The Blacksmiths Arms, wo die drei Geister - eine Tudor-Magd, ein Kutscher und ein Kavalier - dort wohnen sollen. Es wurde zuvor The Specters Arms und The Ghosts Arms genannt.
Auf der Elvey Farm soll ein Phantomwanderer das Bauernhaus, heute ein Hotel, besuchen. Es gab auch Berichte über einen eindringlichen Geruch, den von brennendem Garn oder Wolle.
Die Bewohner sind jedoch weit weniger besorgt über das Pro-Kopf-Verhältnis der Geister als vielmehr über die Zahl der Geisterjäger, die an Halloween auf der Suche nach dem Übernatürlichen durch das Dorf schleichen und sich witzlos erschrecken. Sie erklärten sogar, dass Halloween im Dorf abgesagt werden würde und baten die Polizei um Hilfe, um die Dutzende teuflischer Touristen zu vertreiben. Seien Sie also gewarnt, bevor Sie eine Reise in Betracht ziehen: Wenn die Geister Sie nicht erwischen, könnten die Einheimischen dies tun.
Sie können diesen unheimlich schönen Ort jedoch beiläufig besuchen, um die Exzellenz eines traditionellen Ortes zu spüren.
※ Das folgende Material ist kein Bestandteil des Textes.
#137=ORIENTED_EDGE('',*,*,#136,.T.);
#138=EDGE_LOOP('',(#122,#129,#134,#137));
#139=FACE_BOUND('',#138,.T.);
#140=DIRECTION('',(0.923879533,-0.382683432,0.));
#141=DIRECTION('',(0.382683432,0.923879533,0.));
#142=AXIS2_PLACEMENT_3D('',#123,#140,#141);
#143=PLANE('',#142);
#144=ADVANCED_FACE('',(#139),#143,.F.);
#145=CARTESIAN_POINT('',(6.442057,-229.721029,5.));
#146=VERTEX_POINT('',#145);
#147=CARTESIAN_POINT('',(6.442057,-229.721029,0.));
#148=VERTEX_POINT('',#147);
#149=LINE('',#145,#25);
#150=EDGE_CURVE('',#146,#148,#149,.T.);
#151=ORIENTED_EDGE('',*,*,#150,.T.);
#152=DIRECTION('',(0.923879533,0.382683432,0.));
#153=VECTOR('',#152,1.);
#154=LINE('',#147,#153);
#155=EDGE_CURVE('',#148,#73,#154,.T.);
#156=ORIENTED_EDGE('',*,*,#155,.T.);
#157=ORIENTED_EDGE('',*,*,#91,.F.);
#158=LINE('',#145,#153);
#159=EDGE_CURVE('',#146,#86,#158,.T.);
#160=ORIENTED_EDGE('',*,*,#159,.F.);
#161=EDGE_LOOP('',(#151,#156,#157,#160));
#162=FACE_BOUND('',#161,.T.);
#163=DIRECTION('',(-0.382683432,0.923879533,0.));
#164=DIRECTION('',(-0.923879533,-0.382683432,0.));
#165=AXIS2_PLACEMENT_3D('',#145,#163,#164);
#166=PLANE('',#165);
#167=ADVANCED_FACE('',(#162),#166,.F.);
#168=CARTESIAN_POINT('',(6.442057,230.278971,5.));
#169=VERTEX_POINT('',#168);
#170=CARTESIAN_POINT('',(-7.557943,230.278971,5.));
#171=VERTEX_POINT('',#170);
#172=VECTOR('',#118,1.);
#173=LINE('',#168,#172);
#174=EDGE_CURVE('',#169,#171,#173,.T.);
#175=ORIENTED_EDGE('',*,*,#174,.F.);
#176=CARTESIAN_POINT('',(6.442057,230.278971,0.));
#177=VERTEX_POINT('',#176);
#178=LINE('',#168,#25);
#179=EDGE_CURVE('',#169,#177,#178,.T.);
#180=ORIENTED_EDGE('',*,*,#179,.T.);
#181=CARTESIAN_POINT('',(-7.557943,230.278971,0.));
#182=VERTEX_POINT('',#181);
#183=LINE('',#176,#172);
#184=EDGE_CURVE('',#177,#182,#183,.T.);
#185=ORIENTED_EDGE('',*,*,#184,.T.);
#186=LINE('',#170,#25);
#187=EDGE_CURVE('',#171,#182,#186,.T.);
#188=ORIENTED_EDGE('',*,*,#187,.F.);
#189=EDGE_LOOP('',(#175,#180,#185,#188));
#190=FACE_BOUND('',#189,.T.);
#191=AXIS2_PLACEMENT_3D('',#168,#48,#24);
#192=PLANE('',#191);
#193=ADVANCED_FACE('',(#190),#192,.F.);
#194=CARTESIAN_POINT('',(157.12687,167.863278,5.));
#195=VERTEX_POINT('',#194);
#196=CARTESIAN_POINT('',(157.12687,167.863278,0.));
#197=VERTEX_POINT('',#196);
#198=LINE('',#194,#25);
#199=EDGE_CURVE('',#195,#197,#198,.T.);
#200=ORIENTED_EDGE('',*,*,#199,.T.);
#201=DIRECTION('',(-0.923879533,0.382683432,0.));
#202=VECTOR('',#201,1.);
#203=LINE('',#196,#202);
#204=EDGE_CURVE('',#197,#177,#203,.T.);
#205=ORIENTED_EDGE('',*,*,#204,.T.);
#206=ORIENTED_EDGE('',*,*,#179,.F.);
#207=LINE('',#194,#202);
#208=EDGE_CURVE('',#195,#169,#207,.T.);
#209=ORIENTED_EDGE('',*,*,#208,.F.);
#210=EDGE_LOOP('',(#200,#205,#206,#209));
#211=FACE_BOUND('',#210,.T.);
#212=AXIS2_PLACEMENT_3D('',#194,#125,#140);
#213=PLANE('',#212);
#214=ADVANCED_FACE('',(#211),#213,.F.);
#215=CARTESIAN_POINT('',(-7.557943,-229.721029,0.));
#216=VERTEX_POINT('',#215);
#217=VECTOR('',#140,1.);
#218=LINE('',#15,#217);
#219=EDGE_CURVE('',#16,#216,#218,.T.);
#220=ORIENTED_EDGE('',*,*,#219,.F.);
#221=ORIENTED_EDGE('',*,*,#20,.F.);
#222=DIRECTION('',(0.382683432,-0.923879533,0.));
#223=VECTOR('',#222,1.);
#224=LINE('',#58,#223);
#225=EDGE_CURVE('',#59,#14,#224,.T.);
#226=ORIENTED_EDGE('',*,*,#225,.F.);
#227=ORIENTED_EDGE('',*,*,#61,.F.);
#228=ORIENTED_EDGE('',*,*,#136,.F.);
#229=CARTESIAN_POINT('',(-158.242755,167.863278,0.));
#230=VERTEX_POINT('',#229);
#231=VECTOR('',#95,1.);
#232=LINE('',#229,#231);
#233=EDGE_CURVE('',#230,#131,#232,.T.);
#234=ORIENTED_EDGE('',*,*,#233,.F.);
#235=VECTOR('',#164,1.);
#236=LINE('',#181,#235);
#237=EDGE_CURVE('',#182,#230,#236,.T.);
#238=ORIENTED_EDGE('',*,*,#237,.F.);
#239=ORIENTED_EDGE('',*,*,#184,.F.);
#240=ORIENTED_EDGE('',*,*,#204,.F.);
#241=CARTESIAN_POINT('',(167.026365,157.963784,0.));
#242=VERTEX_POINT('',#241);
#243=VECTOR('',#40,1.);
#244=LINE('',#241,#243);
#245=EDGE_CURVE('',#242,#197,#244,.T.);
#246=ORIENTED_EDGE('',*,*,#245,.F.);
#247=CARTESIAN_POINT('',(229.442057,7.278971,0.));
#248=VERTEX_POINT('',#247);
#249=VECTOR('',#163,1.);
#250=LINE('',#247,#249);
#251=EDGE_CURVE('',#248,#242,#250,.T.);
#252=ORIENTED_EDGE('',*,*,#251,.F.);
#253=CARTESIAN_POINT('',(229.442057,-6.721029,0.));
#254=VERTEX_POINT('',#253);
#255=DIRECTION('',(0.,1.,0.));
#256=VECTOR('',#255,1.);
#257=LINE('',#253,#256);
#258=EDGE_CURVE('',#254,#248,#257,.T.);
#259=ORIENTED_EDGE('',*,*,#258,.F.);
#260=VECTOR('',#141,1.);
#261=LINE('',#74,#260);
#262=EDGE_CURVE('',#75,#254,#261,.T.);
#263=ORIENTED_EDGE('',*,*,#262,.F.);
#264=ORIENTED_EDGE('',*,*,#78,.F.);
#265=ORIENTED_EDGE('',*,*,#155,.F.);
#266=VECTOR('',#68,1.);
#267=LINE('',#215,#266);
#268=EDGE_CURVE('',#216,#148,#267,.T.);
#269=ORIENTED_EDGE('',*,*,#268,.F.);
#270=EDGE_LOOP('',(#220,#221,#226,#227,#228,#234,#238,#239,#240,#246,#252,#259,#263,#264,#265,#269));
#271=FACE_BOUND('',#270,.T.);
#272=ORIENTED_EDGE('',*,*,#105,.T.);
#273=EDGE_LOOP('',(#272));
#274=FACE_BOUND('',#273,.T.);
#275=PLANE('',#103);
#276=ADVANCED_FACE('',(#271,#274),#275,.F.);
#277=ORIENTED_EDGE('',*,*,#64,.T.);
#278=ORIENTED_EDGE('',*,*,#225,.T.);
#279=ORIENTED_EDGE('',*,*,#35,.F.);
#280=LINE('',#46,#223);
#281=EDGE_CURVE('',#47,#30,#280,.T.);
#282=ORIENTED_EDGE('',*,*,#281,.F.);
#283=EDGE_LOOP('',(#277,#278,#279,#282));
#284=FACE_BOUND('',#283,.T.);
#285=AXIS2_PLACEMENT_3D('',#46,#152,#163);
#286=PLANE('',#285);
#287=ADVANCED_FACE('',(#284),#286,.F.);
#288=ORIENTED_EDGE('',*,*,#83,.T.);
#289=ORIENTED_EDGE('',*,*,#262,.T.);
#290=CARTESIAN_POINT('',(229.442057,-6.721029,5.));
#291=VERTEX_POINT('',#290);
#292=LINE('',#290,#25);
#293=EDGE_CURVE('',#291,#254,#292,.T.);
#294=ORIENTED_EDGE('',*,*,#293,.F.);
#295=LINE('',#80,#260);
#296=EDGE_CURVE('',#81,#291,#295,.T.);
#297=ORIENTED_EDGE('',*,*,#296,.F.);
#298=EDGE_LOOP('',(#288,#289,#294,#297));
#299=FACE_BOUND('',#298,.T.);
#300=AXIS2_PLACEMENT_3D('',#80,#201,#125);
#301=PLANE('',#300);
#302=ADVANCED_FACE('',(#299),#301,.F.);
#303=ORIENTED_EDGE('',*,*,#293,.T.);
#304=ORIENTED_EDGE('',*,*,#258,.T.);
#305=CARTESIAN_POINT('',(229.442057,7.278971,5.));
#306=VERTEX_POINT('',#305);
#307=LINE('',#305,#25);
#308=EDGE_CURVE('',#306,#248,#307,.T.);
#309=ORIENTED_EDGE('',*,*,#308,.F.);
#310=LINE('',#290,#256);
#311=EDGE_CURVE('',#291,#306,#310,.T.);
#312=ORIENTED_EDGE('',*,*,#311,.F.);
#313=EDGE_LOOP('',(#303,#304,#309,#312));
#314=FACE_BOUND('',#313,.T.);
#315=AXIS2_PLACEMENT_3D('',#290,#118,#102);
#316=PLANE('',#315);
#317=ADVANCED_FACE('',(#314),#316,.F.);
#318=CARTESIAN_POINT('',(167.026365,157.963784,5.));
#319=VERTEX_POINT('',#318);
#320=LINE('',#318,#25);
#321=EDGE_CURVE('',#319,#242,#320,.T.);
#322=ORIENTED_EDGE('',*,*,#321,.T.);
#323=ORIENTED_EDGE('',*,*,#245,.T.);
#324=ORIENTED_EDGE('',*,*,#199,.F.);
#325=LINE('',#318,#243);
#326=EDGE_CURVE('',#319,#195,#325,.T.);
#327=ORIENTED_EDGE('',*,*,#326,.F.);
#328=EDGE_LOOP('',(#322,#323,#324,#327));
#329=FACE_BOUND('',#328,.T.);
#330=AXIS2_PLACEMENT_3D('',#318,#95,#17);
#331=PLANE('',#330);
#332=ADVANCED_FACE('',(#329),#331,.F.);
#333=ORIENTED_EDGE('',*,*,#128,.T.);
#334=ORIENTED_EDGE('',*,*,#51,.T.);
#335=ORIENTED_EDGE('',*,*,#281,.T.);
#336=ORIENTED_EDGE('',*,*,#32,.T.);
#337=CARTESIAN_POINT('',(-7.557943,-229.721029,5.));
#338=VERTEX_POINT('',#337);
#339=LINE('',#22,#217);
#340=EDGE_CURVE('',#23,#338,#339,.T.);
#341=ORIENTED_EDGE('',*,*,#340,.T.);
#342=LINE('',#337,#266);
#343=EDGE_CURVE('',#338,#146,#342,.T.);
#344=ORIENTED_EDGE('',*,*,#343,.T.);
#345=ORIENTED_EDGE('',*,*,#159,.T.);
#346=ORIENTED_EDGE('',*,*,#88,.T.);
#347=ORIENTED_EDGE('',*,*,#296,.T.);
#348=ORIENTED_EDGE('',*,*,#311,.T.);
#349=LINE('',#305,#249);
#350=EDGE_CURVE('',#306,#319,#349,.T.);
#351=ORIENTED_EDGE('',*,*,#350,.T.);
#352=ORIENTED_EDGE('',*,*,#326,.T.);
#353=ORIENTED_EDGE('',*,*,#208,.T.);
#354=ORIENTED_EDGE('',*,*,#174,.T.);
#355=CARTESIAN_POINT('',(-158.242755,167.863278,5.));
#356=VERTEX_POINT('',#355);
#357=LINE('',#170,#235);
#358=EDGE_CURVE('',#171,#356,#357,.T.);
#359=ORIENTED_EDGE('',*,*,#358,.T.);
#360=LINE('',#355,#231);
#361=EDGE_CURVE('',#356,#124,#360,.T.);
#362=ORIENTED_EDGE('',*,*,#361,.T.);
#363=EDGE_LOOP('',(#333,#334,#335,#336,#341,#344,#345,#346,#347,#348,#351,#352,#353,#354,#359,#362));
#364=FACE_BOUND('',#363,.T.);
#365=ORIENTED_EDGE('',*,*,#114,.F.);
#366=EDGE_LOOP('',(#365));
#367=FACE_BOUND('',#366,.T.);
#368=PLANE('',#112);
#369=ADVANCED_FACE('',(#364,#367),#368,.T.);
Das Dorf, ca. 8 km von der nächsten Kreuzung der M20 Autobahnwird serviert von Pluckley Bahnhof, ca. 2 km südlich. Es liegt am Grünsandweg Fernwanderweg und liegt in der Nähe der Stour-Talwanderung.
Vor einigen Jahren, im Jahr 2008, machte sich eine mutige junge Reporterin von The Telegraph namens Francesca Hoyles auf den Weg, um dieses angeblich heimgesuchte Dorf zu untersuchen, und wagte es, dort einen vollen, gruseligen Tag und eine ganze Nacht zu verbringen. Ja, sie hat es wirklich getan. Sie fand das Dorf jedoch „viel zu hübsch, um erschreckt zu werden“ und sah weder Haut noch Haare des Paranormalen. Nach ihren Ermittlungen im Garden of England blieb sie am Leben und sagte: „Pluckley ist der Inbegriff eines traditionellen englischen Dorfes: hübsche Cottages, ein kleines Postamt, ein Metzger- und ein Pub (anscheinend auch heimgesucht) tummeln sich die Hauptstraße. Der Ort ist zeitlos und muss ihn als Drehort für The Darling Buds of May, der in den 1950er Jahren spielt, attraktiv gemacht haben. “
Als sie das Guinness-Buch der Rekorde kontaktierte, um zu überprüfen, ob Pluckley das am meisten heimgesuchte Dorf in England blieb, wurde ihr mitgeteilt, dass die Kategorie „ausgeruht“ war - was bedeutet, dass die Aufzeichnung nicht mehr überwacht wird.